IIBF has released the New Syllabus Exam Pattern for CAIIB Exam 2023. Following the format of the current exam, CAIIB 2023 will have now four papers. The CAIIB Paper 1 (Advanced Bank Management) includes an important topic called “Definition of Statistics, Importance & Limitations & Data Collection, Classification & Tabulation”. Every candidate who are appearing for the CAIIB Certification Examination 2023 must understand each unit included in the syllabus.

In this article, we are going to cover all the necessary details of CAIIB Paper 1 (ABM) Module A (Statistics ) Unit 1 : Definition of Statistics, Importance & Limitations & Data Collection, Classification & Tabulation, Aspirants must go through this article to better understand the topic, Definition of Statistics, Importance & Limitations & Data Collection, Classification & Tabulation and practice using our Online Mock Test Series to strengthen their knowledge of Banker Customer Relationship. Unit 1: Definition of Statistics, Importance & Limitations & Data Collection, Classification & Tabulation

### Introduction

The word ‘Statistics’ has been derived from the

• Latin word ‘statisticum’,
• Italian word ‘statistia’
• German word ‘statistik’,
• Each of which means a group of numbers or figures that represent some information of human interest.
• First used by professor Achen well in 1749 to refer to the subject-matter as a whole.
• Achen well defined statistics as the Political Science of many countries.
• In the early years statistics is to be used only by the kings to collect facts about the state, revenue of the state or the people in the state of administrative or political purpose.
• Gradually the use of statistics which means data or information has increased and widened.
• It is now used in almost in all the fields of human knowledge and skills like Business, Commerce, Economics, Social Sciences, Politics, Planning, Medicine and other sciences, physical as well as natural.
• In many practical situations in life, we come across different types of data which are needed to be understood, analysed, compared and interpreted correctly.
• For example, in a college we need to analyse the data of marks obtained, in a hospital we need to analyse the data of number of patients having different diseases, rate of mortality, Different types of data need to be analysed in Economics, Government and Private organisations, Sports and in many other fields.

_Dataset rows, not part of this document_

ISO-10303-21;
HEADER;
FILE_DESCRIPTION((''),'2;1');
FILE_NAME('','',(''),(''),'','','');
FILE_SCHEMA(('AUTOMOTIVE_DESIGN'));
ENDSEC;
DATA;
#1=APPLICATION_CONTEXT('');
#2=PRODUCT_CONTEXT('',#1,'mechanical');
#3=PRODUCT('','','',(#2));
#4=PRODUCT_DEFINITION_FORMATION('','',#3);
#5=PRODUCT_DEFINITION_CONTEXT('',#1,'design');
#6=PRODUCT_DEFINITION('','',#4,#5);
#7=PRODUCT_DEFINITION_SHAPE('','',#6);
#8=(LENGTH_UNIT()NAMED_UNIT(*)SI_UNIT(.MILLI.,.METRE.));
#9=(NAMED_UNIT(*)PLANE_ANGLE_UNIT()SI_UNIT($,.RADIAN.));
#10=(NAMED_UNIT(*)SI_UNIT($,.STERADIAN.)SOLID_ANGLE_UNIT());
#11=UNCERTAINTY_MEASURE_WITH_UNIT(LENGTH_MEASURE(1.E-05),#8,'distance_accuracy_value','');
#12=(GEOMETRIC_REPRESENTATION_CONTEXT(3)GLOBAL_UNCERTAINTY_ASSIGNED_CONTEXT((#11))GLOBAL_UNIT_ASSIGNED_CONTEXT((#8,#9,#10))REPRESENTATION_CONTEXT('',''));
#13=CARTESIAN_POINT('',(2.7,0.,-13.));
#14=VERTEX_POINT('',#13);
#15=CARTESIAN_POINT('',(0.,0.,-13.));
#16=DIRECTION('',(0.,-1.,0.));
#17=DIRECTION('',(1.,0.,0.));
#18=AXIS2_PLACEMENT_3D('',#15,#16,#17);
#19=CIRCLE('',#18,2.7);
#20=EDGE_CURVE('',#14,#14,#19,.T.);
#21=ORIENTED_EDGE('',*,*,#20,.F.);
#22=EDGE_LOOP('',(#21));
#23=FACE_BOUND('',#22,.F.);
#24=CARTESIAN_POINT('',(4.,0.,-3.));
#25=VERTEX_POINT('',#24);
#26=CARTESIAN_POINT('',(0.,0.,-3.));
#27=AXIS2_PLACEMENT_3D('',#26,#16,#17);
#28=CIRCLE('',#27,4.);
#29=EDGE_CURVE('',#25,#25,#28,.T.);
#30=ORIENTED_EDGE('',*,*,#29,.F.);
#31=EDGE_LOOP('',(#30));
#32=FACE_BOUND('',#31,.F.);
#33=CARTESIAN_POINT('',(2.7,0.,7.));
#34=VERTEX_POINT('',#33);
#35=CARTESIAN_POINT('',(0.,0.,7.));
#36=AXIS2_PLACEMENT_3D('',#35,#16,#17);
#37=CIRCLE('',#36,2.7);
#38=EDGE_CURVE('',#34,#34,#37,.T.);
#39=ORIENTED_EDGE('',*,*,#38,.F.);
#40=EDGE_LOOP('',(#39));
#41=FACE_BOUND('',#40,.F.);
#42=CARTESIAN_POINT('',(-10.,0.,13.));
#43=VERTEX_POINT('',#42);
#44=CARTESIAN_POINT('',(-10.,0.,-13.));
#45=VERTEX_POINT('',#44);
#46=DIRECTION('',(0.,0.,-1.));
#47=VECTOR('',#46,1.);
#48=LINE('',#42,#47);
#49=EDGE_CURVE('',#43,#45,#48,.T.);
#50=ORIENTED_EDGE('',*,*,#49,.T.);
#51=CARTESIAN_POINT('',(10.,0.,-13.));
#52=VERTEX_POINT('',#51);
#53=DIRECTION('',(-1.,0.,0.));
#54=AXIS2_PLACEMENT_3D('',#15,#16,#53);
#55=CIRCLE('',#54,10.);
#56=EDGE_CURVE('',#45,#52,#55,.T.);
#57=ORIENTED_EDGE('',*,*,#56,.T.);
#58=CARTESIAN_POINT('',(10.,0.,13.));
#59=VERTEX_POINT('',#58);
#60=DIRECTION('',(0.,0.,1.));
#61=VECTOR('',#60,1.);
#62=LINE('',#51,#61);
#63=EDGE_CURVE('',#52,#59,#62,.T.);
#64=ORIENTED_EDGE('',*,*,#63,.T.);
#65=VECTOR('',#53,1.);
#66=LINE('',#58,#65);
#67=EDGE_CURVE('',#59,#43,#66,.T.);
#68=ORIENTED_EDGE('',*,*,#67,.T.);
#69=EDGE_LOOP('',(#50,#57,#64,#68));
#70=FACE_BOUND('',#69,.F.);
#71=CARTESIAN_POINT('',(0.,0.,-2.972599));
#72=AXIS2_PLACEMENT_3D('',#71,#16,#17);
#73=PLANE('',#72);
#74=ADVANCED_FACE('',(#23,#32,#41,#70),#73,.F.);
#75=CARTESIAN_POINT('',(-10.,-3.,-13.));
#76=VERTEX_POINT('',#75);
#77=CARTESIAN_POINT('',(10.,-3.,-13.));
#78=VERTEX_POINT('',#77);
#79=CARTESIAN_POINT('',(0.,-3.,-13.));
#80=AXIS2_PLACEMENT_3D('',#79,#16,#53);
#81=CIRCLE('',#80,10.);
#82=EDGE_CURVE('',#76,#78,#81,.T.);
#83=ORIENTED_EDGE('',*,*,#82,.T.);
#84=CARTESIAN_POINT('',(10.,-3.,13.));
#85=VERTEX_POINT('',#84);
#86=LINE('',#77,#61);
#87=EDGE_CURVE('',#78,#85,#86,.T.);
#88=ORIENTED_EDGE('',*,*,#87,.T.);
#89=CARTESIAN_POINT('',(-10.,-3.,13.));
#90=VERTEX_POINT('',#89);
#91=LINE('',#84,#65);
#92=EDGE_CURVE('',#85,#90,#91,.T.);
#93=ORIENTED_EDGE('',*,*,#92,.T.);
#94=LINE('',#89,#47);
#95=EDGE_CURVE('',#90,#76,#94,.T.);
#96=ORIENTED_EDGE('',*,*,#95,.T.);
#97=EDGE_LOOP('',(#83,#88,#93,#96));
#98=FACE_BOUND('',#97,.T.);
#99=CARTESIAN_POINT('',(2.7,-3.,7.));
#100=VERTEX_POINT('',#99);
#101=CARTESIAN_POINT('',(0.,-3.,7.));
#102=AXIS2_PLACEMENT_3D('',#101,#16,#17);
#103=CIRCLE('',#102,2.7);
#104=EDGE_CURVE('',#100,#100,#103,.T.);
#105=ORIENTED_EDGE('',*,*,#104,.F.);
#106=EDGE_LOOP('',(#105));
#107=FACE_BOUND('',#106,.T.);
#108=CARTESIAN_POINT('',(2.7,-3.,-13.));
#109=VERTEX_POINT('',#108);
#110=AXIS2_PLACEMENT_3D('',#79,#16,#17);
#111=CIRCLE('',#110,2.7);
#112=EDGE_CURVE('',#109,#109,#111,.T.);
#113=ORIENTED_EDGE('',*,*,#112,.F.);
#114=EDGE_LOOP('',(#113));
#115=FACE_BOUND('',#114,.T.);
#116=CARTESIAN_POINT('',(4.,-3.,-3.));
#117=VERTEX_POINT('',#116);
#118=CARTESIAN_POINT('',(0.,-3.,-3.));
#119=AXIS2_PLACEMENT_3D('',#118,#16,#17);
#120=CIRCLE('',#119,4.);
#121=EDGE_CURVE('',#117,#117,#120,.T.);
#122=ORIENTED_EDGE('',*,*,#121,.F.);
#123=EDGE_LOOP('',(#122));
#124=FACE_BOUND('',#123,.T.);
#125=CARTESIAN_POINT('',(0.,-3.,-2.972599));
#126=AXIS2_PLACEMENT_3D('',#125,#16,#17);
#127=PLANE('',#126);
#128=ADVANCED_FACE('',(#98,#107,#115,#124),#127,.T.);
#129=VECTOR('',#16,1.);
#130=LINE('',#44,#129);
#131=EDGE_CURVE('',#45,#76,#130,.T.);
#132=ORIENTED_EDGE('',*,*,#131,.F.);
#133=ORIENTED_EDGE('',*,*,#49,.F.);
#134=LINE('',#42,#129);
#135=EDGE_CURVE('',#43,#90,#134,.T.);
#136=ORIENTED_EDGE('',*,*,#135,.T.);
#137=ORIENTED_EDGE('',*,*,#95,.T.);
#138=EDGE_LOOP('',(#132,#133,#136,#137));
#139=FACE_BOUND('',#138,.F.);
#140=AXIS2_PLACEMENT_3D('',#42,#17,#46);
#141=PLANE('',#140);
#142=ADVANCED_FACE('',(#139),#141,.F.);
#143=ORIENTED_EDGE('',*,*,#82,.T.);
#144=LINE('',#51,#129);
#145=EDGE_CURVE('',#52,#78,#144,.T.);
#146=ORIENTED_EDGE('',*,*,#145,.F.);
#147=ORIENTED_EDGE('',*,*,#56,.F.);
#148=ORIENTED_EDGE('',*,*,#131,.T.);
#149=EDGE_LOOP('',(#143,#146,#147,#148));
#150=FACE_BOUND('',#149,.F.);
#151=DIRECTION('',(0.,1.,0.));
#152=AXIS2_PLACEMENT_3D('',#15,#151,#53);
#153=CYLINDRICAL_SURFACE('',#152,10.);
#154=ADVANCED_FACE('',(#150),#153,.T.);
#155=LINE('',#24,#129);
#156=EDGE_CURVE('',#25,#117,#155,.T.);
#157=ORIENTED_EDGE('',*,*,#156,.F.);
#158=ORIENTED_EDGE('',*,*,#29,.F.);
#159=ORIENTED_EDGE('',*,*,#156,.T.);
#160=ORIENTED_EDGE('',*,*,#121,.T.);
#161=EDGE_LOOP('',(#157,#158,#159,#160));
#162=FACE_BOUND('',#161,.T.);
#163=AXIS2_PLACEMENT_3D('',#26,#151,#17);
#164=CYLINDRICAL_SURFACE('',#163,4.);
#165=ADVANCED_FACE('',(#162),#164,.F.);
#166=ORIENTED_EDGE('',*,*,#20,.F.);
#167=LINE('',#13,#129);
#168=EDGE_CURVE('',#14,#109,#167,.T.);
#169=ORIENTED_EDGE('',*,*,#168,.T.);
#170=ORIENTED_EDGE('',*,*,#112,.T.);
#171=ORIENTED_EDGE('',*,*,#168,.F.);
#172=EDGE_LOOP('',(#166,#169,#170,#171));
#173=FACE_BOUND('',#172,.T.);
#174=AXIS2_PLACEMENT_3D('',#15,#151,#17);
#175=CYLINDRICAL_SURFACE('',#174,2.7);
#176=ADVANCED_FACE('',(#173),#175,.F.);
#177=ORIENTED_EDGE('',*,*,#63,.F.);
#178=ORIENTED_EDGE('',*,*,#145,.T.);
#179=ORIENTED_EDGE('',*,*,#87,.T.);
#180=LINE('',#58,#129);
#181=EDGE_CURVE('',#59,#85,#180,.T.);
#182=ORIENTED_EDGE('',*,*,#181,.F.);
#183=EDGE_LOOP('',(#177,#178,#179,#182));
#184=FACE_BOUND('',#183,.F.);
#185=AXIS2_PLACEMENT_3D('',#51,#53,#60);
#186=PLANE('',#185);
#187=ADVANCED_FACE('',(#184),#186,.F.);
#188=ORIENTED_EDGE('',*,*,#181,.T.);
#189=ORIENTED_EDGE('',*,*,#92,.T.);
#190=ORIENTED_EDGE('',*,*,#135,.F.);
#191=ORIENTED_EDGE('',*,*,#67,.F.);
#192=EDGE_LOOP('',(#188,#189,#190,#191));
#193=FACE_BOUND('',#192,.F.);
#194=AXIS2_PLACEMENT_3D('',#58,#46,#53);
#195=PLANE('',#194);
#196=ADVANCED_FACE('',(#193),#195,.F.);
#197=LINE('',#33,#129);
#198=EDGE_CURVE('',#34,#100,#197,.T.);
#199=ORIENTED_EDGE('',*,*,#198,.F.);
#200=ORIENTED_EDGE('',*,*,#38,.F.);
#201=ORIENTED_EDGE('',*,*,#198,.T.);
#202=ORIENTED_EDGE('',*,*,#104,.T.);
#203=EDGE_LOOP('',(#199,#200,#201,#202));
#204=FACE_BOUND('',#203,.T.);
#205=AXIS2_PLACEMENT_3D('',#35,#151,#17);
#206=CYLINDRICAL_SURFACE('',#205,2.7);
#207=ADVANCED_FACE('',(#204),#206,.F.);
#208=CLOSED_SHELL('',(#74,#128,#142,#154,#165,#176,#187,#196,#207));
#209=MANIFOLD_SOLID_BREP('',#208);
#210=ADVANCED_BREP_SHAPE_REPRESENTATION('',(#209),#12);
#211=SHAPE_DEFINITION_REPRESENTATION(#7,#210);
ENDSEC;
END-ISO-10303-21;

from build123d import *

# Parameters (mm, degrees)
F0_R     = 2.7
F0_R_2   = 4
F1_DEPTH = 3


with BuildPart() as f1:
    # F0 (on Front) → F1 (new body)
    with BuildSketch(Plane.XZ):
        with BuildLine():
            Line((10, -13), (10, 13))
            Line((10, 13), (-10, 13))
            Line((-10, 13), (-10, -13))
            ThreePointArc((-10, -13), (0, -23), (10, -13))
        make_face()
        with Locations((0, -13)):
            Circle(F0_R, mode=Mode.SUBTRACT)
        with Locations((0, -3)):
            Circle(F0_R_2, mode=Mode.SUBTRACT)
        with Locations((0, 7)):
            Circle(F0_R, mode=Mode.SUBTRACT)
    extrude(amount=F1_DEPTH)


solid = f1.part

Statistical analysis of data can be comprised of four distinct phases:

• Collection of data: In this first stage of investigation, numerical data is collected from different published or unpublished sources, primary or secondary.
• Classification and Tabulation of data: The raw data collected is to be represented properly for further calculations. The raw data is divided into different groups or classes and represented in a form of a table.
• Analysis of data: Classified and Tabulated data is analysed using different formulas and methods according to purpose of the study or investigation.
• Interpretation of data: At the final stage, relevant conclusions are drawn after the data is thoroughly analysed

### Importance Of Statistics

Statistics is the subject that teaches how to deal with data, so statistical knowledge helps to use proper methods for collection of data, properly represent the data, use appropriate formula and methods to analyse correctly and effectively get the results and interpret the data. Applications of Statistics is important in every sphere of field – Business and economics, Medical, Sports, Weather forecast, Stock Market, Quality Testing, Government decisions and policies, Banks, Different educational and research organisations, etc.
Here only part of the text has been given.